■ INSTRUCTIONS TO FOLLOW ■
Exactly the lines from the start of the data below through the line containing "v 41.217 -75.969 5.195" must be returned, and no others.

■ Data entries ■
========

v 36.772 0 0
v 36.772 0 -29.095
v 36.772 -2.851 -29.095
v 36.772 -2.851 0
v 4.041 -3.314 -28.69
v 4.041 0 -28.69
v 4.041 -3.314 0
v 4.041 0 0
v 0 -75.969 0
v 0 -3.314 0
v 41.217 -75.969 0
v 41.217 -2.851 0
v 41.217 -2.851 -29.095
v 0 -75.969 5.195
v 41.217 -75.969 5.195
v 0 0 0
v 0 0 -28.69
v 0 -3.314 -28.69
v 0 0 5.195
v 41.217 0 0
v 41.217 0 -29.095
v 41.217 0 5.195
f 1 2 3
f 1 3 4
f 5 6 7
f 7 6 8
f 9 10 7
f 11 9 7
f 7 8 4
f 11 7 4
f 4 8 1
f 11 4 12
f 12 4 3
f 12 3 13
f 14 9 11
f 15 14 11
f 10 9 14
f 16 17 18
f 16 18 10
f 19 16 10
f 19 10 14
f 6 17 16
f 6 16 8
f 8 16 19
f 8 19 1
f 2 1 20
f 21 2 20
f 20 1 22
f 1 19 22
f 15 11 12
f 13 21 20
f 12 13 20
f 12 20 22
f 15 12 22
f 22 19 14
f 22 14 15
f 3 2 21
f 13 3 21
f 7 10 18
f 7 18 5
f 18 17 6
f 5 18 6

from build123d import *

# Parameters (mm, degrees)
F0_W     = 41.2172749639
F0_H     = 75.9690925479
F1_DEPTH = 5.19546
F2_W     = 4.0409080684
F2_H     = 28.6904554814
F3_DEPTH = 3.31435
F4_W     = 4.445001483
F4_H     = 29.0945470333
F5_DEPTH = 2.85121


with BuildPart() as f1:
    # F0 (on Top) → F1 (new body)
    with BuildSketch(Plane.XY):
        with Locations((20.6086374819, -37.9845462739)):
            Rectangle(F0_W, F0_H)
    extrude(amount=F1_DEPTH)

    # F2 (on Front) → F3 (join)
    with BuildSketch(Plane.XZ):
        with Locations((2.0204540342, -14.3452277407)):
            Rectangle(F2_W, F2_H)
    extrude(amount=F3_DEPTH)

    # F4 (on Front) → F5 (join)
    with BuildSketch(Plane.XZ):
        with Locations((38.9947742224, -14.5472735167)):
            Rectangle(F4_W, F4_H)
    extrude(amount=F5_DEPTH)


solid = f1.part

========

■ EXPECTED OUTPUT ■
v 36.772 0 0
v 36.772 0 -29.095
v 36.772 -2.851 -29.095
v 36.772 -2.851 0
v 4.041 -3.314 -28.69
v 4.041 0 -28.69
v 4.041 -3.314 0
v 4.041 0 0
v 0 -75.969 0
v 0 -3.314 0
v 41.217 -75.969 0
v 41.217 -2.851 0
v 41.217 -2.851 -29.095
v 0 -75.969 5.195
v 41.217 -75.969 5.195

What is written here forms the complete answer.